Die Märchenstunde des alten »weisen Mannes« -- Bettelheim ist 73 -- kam dem »Time«-Rezensenten »provokativ und spitzfindig« vor. Doch von anderen Kritikern wurde das Buch enthusiastisch gefeiert. Der Rezensent der »New York Times« etwa fühlte sich bei
* Bruno Bettelheim: »Kinder brauchen Märchen. Deutsche Verlags-Anstalt, Stuttgart; 380 Seiten; 39,80 Mark.
der Lektüre »auf geheimnisvolle Weise« an seine eigene Kindheit erinnert: »Wie soll ich mir sonst die Wogen von Angst und Hochstimmung, von Hoffnung und Trostlosigkeit erklären, die mich erfaßten?«
Tiefenpsychologen haben darauf hingewiesen, daß die Märchen der gleichen Deutung wie die Träume unterliegen und als Wachträume der Völker zu verstehen sind. Doch anders als ein Träumer, der stets ein Dichter seiner individuellen Probleme bleibt, künden die Märchen dank ihrer jahrhundertealten Tradition von universellen Phänomenen der Psyche. Bettelheim: »Nur wenn ein Märchen das bewußte und unbewußte Verlangen vieler Menschen enthielt, wurde es immer wieder erzählt.«
Viele Geschichten handeln, »unrealistisch, aber nicht unwahr«, wie der Analytiker meint, von oralen und ödipalen Konflikten, von gewalttätigen und phallischen Phantasien, von Furcht vor Sexualität oder Kastration, von Erniedrigung durch andere oder Destruktion durch sich selbst, und immer wieder von der größten Angst der Menschen, der Trennungsangst, die aus der Frühzeit der Persönlichkeitsentwicklung herrührt, als Verlassensein noch Verhungern bedeutete.

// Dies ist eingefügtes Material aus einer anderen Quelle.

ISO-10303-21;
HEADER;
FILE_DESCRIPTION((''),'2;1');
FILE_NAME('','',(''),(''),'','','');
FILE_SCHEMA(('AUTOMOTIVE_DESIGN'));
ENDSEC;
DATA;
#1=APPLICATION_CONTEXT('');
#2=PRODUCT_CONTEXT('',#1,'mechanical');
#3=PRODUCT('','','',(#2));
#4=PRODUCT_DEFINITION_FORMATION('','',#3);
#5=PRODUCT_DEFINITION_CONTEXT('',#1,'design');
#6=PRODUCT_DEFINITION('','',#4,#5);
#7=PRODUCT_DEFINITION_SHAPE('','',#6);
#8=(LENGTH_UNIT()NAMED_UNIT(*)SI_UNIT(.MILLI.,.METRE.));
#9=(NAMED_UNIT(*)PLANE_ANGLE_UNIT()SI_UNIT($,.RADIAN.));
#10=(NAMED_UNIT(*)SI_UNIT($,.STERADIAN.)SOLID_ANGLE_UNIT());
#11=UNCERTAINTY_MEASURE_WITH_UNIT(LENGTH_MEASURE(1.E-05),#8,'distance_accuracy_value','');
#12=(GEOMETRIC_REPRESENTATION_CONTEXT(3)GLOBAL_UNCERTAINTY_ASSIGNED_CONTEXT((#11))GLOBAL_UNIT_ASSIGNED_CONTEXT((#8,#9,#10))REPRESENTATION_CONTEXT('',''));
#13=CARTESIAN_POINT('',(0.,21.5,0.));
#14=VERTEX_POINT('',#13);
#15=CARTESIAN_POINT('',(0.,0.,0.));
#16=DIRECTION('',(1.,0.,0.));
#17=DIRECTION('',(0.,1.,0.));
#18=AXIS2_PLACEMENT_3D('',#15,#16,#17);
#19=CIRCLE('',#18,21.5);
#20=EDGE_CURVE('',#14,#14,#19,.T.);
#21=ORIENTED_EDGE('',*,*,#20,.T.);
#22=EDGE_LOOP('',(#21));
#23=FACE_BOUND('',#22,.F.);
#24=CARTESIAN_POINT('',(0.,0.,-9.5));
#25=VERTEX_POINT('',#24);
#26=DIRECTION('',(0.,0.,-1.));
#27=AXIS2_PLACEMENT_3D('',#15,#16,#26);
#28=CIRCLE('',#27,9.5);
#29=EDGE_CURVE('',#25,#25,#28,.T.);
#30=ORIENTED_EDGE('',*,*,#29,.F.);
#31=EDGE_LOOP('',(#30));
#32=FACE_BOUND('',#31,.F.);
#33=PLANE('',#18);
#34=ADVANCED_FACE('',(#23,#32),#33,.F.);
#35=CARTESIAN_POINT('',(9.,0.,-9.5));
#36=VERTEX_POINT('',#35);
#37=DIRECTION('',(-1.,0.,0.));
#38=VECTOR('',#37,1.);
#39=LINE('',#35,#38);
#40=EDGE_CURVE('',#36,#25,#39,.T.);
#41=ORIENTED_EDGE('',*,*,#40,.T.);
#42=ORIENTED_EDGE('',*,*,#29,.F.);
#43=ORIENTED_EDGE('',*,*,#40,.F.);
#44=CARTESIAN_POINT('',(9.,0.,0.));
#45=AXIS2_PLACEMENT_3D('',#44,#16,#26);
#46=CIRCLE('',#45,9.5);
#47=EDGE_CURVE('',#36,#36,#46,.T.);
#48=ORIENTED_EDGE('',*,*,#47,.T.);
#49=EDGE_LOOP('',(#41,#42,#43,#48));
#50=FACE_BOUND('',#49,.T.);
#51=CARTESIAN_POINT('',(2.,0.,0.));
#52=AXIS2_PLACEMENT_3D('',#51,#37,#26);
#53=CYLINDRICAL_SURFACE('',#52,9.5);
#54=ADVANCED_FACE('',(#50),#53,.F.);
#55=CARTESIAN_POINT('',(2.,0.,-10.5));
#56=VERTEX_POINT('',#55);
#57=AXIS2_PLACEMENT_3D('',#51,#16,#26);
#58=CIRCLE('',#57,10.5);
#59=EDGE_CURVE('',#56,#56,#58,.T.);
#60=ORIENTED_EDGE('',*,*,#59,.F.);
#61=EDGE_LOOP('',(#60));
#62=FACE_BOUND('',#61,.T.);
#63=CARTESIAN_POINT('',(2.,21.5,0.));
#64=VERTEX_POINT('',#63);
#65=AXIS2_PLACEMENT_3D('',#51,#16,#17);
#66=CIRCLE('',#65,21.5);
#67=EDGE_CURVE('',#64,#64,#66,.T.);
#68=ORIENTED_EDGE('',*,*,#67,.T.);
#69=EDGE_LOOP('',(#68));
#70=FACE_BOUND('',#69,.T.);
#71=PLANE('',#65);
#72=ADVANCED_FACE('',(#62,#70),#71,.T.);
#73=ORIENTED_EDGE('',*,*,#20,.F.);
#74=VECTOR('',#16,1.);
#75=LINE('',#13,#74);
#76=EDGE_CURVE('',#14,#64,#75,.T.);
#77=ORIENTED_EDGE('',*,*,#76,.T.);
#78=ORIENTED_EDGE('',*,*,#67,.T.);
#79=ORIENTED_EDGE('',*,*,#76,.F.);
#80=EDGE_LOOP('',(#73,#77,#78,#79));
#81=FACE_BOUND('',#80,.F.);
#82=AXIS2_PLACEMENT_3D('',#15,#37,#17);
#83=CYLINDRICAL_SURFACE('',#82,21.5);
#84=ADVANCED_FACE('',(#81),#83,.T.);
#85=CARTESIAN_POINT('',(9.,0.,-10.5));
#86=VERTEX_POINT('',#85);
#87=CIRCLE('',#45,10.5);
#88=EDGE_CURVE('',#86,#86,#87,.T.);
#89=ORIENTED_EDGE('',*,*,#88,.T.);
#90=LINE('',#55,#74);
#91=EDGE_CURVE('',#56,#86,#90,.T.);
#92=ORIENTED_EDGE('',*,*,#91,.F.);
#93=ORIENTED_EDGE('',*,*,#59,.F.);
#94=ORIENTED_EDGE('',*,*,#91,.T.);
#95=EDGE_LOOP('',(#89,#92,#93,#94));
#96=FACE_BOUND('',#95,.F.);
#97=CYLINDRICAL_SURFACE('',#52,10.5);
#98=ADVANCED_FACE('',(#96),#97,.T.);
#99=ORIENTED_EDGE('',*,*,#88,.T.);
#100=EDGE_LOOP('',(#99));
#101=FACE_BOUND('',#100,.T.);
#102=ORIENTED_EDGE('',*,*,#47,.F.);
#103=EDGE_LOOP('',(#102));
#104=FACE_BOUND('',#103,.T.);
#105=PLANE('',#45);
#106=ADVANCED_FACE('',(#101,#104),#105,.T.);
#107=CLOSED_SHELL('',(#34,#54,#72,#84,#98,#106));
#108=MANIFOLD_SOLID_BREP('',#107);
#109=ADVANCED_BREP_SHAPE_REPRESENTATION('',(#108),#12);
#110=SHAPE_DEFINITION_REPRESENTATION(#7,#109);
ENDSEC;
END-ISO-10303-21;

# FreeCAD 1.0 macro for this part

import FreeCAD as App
import Part
import Sketcher
Q = App.Units.Quantity

doc = App.newDocument("Part")
params = doc.addObject("Spreadsheet::Sheet", "Params")
for row, (alias, value) in enumerate([
    ("sketch1_diameter", "43 mm"),
    ("pad1_length", "2 mm"),
    ("sketch2_diameter", "19 mm"),
    ("pocket1_length", "2 mm"),
    ("sketch3_diameter", "21 mm"),
    ("sketch3_diameter2", "19 mm"),
    ("pad2_length", "7 mm"),
], start=1):
    params.set(f"A{row}", alias)
    params.set(f"B{row}", "=" + value)
    params.setAlias(f"B{row}", alias)

body = doc.addObject("PartDesign::Body", "Body")

# Sketch on YZ plane
sketch1 = body.newObject("Sketcher::SketchObject", "Sketch")
sketch1.AttachmentSupport = (doc.getObject("YZ_Plane"), [""])
sketch1.MapMode = "FlatFace"
sketch1.addGeometry(Part.Circle(App.Vector(0, 0, 0), App.Vector(0, 0, 1), 22), False)
sketch1.addConstraint([
    Sketcher.Constraint("Coincident", 0, 3, -1, 1),
    Sketcher.Constraint("Diameter", 0, Q("43 mm")),
])
sketch1.setExpression("Constraints[1]", "Params.sketch1_diameter")
pad1 = body.newObject("PartDesign::Pad", "Pad")
pad1.Profile = sketch1
pad1.setExpression("Length", "Params.pad1_length")

# Sketch on YZ plane
sketch2 = body.newObject("Sketcher::SketchObject", "Sketch001")
sketch2.AttachmentSupport = (doc.getObject("YZ_Plane"), [""])
sketch2.MapMode = "FlatFace"
sketch2.AttachmentOffset = App.Placement(App.Vector(0, 0, 2), App.Rotation())
sketch2.addGeometry(Part.Circle(App.Vector(0, 0, 0), App.Vector(0, 0, 1), 10), False)
sketch2.addConstraint([
    Sketcher.Constraint("Coincident", 0, 3, -1, 1),
    Sketcher.Constraint("Diameter", 0, Q("19 mm")),
])
sketch2.setExpression("Constraints[1]", "Params.sketch2_diameter")
pocket1 = body.newObject("PartDesign::Pocket", "Pocket")
pocket1.Profile = sketch2
pocket1.setExpression("Length", "Params.pocket1_length")

# Sketch on YZ plane
sketch3 = body.newObject("Sketcher::SketchObject", "Sketch002")
sketch3.AttachmentSupport = (doc.getObject("YZ_Plane"), [""])
sketch3.MapMode = "FlatFace"
sketch3.AttachmentOffset = App.Placement(App.Vector(0, 0, 2), App.Rotation())
sketch3.addGeometry([
    Part.Circle(App.Vector(0, 0, 0), App.Vector(0, 0, 1), 10),
    Part.Circle(App.Vector(0, 0, 0), App.Vector(0, 0, 1), 10),
], False)
sketch3.addConstraint([
    Sketcher.Constraint("Coincident", 0, 3, -1, 1),
    Sketcher.Constraint("Coincident", 1, 3, -1, 1),
    Sketcher.Constraint("Diameter", 0, Q("21 mm")),
    Sketcher.Constraint("Diameter", 1, Q("19 mm")),
])
sketch3.setExpression("Constraints[2]", "Params.sketch3_diameter")
sketch3.setExpression("Constraints[3]", "Params.sketch3_diameter2")
pad2 = body.newObject("PartDesign::Pad", "Pad001")
pad2.Profile = sketch3
pad2.setExpression("Length", "Params.pad2_length")

doc.recompute()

Aber meist wird ein glücklicher Ausgang verheißen. »Jedes Märchen ist ein Zauberspiegel«, schreibt Bettelheim, »in dem sich gewisse Aspekte unserer inneren Welt und der Stufen spiegeln, die wir in unserer Entwicklung von der Unreife zur Reife zurücklegen müssen.«
Deswegen seien für Kinder die Märchen eine »wichtige Lebenshilfe«, meint Bettelheim, »um die chaotischen Spannungen ihres Unbewußten zu bewältigen": Die kleinen Zuhörer sind erfrischt wie nach einem guten Traum, dem freilich das Märchen überlegen ist
es hat einen logischen Aufbau und erschließt der Phantasie neue, sonst unentdeckte Felder der Assoziation.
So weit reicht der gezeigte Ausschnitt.